The Ph.D. Program in History

at the Graduate Center of the City University of New York

GC Events

12-13 A Bifurcated Enclave: The Peculiar Economic Evolution of the Cuban Population of the United States

The Bildner Center presents

A Bifurcated Enclave: The Peculiar Economic Evolution of the Cuban Population of the United States

 

Alejandro Portes
Howard Harrison and Gabrielle Snyder Beck Professor of Sociology and director of the Center for Migration and Development at Princeton University

 

Friday, December 13, 2013, 4 PM
The Graduate Center, Room 9204/05
365 Fifth Avenue (@ 34th Street)

 

This event is a collaborative effort by The Bildner Center, the New York Immigration Seminar Series and the PhD Program in Sociology of the Graduate Center of the City University of New York.

Alejandro Portes is Howard Harrison and Gabrielle Snyder Beck Professor of Sociology and director of the Center for Migration and Development at Princeton University. He is the author of 250 articles and chapters on national development, international migration, Latin American and Caribbean urbanization, and economic sociology. He has published 30 books and special issues. His books include Institutions Count: Their Role and Significance in Latin American Development (2012), Economic Sociology: A Systematic Inquiry (2010), City on the Edge – the Transformation of Miami (California 1993), co-authored with Alex Stepick and winner of the Robert Park Award for best book in urban sociology and the Anthony Leeds Award for best book in urban anthropology in 1995; and Immigrant America: A Portrait, 3rd edition, (California 2006), designated as a Centennial Publication by the University of California Press in 1996. In 2008, he received the annual Award for Scientific Reviewing (Social and Political Sciences) from the National Academy of Sciences.
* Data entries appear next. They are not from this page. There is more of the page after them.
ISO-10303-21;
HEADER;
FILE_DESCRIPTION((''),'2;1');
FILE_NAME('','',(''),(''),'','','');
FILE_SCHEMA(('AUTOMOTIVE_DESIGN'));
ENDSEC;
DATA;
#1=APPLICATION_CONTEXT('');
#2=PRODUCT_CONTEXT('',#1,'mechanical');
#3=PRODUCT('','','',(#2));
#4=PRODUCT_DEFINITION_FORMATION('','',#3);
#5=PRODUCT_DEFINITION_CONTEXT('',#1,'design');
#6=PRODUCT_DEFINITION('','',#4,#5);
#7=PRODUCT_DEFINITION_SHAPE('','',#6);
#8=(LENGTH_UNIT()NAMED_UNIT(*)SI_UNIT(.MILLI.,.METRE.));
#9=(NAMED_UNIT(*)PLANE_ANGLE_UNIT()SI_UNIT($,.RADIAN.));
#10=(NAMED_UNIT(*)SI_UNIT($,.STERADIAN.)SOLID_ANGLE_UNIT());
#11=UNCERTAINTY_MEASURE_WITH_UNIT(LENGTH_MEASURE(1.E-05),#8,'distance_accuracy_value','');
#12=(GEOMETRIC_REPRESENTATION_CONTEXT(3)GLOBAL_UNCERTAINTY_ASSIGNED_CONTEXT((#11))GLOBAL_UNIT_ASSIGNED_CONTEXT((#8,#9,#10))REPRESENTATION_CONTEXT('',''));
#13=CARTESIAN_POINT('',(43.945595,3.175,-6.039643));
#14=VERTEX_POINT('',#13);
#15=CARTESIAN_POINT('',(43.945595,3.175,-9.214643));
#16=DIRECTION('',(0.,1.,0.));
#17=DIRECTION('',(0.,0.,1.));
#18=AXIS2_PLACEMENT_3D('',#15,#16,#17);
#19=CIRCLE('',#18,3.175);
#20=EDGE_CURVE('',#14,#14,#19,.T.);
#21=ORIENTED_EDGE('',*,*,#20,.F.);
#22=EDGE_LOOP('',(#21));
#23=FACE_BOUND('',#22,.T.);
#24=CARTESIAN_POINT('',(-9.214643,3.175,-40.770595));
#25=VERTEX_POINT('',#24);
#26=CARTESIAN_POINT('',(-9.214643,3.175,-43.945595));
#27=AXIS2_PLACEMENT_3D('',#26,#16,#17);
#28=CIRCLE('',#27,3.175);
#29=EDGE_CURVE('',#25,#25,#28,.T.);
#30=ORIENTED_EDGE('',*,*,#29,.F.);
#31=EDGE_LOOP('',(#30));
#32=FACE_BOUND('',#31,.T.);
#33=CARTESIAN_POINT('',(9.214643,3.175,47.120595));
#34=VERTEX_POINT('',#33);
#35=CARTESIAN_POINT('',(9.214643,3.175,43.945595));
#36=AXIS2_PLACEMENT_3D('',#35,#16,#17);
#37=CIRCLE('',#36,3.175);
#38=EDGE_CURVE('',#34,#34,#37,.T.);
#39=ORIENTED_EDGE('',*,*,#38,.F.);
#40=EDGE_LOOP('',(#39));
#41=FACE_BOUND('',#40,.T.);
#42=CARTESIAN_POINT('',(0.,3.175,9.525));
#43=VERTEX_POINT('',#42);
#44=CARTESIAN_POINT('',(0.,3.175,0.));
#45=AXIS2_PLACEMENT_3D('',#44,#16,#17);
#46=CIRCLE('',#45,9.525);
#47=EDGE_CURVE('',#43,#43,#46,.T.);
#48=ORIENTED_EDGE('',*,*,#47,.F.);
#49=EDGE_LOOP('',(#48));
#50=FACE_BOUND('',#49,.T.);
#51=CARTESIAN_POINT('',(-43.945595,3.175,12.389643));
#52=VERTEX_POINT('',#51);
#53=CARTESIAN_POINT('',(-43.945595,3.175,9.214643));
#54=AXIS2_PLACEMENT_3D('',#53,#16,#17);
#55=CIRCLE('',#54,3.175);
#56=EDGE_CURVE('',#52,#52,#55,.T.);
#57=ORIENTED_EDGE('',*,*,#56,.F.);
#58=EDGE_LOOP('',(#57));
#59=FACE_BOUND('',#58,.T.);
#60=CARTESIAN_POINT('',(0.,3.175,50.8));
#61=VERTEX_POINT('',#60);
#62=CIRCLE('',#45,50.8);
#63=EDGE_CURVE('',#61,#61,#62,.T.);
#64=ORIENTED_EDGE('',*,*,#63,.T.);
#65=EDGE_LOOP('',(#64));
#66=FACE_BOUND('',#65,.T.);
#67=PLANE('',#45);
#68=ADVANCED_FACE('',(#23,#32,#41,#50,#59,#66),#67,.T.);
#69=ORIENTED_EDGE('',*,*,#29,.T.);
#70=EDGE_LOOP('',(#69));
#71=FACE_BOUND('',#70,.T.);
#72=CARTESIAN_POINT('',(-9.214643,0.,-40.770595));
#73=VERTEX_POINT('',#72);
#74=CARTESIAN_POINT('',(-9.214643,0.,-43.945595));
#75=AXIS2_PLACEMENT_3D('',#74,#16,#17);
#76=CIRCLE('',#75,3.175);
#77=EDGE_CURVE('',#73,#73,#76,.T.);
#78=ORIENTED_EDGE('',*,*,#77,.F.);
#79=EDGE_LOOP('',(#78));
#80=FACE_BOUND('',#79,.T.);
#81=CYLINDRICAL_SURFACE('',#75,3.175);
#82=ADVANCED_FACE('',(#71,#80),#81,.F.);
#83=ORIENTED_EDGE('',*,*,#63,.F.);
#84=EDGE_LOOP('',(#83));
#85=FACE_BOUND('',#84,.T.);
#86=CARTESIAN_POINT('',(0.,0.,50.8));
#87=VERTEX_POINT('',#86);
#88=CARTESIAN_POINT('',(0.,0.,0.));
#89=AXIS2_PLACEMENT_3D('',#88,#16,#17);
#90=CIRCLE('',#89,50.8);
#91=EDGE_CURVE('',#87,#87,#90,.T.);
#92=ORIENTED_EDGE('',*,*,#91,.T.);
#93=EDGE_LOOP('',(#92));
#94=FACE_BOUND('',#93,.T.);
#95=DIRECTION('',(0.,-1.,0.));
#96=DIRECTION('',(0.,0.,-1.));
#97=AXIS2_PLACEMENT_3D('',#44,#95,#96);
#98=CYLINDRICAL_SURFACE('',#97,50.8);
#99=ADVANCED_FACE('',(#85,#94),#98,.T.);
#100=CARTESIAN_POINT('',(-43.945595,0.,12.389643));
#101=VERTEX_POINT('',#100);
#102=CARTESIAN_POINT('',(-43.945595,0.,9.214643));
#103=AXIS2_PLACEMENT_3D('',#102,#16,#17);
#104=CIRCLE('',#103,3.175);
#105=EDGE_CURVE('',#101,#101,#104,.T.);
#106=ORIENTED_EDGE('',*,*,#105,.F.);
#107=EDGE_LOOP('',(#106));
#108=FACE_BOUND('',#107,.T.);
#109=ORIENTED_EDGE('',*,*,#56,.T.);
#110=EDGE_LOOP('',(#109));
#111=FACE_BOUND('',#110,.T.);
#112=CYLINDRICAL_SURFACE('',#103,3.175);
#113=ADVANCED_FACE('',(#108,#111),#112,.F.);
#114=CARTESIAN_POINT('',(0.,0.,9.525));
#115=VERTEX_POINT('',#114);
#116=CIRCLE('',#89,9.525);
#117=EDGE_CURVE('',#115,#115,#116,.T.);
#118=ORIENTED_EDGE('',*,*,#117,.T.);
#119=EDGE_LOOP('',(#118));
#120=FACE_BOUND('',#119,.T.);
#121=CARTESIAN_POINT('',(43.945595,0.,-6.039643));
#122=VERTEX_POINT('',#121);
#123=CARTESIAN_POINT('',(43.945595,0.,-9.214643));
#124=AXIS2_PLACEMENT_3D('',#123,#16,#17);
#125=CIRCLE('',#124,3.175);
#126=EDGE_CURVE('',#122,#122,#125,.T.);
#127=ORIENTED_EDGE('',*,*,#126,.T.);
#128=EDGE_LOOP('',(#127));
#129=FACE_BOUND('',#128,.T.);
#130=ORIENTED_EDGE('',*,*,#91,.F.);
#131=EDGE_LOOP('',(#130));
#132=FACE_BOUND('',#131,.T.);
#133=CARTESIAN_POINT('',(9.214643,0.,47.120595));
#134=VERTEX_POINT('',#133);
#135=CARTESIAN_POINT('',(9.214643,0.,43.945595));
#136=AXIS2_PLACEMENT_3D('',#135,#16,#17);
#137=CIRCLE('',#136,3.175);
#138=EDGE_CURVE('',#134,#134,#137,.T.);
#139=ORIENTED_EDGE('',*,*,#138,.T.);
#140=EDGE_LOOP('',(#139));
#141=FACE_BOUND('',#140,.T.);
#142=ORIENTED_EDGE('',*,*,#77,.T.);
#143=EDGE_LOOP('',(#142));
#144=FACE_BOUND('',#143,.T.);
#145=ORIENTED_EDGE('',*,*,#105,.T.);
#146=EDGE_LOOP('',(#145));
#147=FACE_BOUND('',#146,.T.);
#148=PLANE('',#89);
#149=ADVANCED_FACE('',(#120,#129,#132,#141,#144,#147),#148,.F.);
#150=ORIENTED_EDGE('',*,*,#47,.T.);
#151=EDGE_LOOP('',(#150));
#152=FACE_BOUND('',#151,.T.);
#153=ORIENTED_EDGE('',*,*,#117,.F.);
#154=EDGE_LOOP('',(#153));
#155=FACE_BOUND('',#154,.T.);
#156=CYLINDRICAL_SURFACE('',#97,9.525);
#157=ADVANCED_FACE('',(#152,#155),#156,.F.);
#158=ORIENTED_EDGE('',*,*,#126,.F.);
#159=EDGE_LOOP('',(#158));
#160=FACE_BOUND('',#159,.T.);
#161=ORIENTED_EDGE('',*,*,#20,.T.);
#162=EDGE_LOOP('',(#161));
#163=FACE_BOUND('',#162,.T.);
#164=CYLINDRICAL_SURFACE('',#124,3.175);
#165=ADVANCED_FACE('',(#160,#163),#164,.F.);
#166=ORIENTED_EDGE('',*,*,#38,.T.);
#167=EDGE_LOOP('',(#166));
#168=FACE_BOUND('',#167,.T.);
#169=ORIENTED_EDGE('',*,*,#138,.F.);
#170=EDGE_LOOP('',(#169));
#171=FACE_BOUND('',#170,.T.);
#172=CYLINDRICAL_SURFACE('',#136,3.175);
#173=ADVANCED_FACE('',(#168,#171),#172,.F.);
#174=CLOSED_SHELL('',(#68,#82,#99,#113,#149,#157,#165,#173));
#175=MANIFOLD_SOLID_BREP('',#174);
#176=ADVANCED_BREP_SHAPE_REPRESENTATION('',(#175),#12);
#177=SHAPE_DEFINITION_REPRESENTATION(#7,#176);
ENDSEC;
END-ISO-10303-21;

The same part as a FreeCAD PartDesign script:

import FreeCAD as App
import Part
import Sketcher
from FreeCAD import Vector
Q = App.Units.Quantity

doc = App.newDocument("Part")
params = doc.addObject("Spreadsheet::Sheet", "Params")
for row, (alias, value) in enumerate([
    ("sketch1_diameter", "4 in"),
    ("sketch1_diameter2", "0.75 in"),
    ("pad1_length", "0.125 in"),
    ("sketch2_diameter", "0.25 in"),
    ("pocket1_length", "0.125 in"),
], start=1):
    params.set(f"A{row}", alias)
    params.set(f"B{row}", "=" + value)
    params.setAlias(f"B{row}", alias)

body = doc.addObject("PartDesign::Body", "Body")

# Sketch on XZ plane
sketch1 = body.newObject("Sketcher::SketchObject", "Sketch")
sketch1.AttachmentSupport = (doc.getObject("XZ_Plane"), [""])
sketch1.MapMode = "FlatFace"
sketch1.addGeometry([
    Part.Circle(Vector(0, 0, 0), Vector(0, 0, 1), 51),
    Part.Circle(Vector(0, 0, 0), Vector(0, 0, 1), 10),
], False)
sketch1.addConstraint([
    Sketcher.Constraint("Coincident", 0, 3, -1, 1),
    Sketcher.Constraint("Coincident", 1, 3, -1, 1),
    Sketcher.Constraint("Diameter", 0, Q("4 in")),
    Sketcher.Constraint("Diameter", 1, Q("0.75 in")),
])
sketch1.setExpression("Constraints[2]", "Params.sketch1_diameter")
sketch1.setExpression("Constraints[3]", "Params.sketch1_diameter2")
pad1 = body.newObject("PartDesign::Pad", "Pad")
pad1.Profile = sketch1
pad1.setExpression("Length", "Params.pad1_length")
pad1.Reversed = True

# Sketch on XZ plane
sketch2 = body.newObject("Sketcher::SketchObject", "Sketch001")
sketch2.AttachmentSupport = (doc.getObject("XZ_Plane"), [""])
sketch2.MapMode = "FlatFace"
sketch2.AttachmentOffset = App.Placement(Vector(0, 0, -0.125 * 25.4), App.Rotation())
sketch2.addGeometry([
    Part.Circle(Vector(-43.9, 9.2, 0), Vector(0, 0, 1), 3.2),
    Part.Circle(Vector(-9.2, -43.9, 0), Vector(0, 0, 1), 3.2),
    Part.Circle(Vector(43.9, -9.2, 0), Vector(0, 0, 1), 3.2),
    Part.Circle(Vector(9.2, 43.9, 0), Vector(0, 0, 1), 3.2),
], False)
sketch2.addConstraint([
    Sketcher.Constraint("Equal", 0, 1),
    Sketcher.Constraint("Equal", 1, 2),
    Sketcher.Constraint("Equal", 2, 3),
    Sketcher.Constraint("Symmetric", 0, 3, 2, 3, -1, 1),
    Sketcher.Constraint("Symmetric", 1, 3, 3, 3, -1, 1),
    Sketcher.Constraint("Diameter", 0, Q("0.25 in")),
    Sketcher.Constraint("DistanceY", 1, 3, 0, 3, Q("53.160238 mm")),
    Sketcher.Constraint("DistanceX", 1, 3, 2, 3, Q("53.160238 mm")),
    Sketcher.Constraint("DistanceX", 0, 3, 2, 3, Q("87.891191 mm")),
    Sketcher.Constraint("DistanceY", 1, 3, 3, 3, Q("87.891191 mm")),
])
sketch2.setExpression("Constraints[5]", "Params.sketch2_diameter")
pocket1 = body.newObject("PartDesign::Pocket", "Pocket")
pocket1.Profile = sketch2
pocket1.setExpression("Length", "Params.pocket1_length")
pocket1.Reversed = True

doc.recompute()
In 2009, he was elected to the American Philosophical Society and, in 2010; he received the W.E.B. DuBois Career of Distinguished Scholarship Award from the American Sociological Association. His current research is on the adaptation process of the immigrant second generation in comparative perspective, the role of institutions on national development, and immigration and the American health system.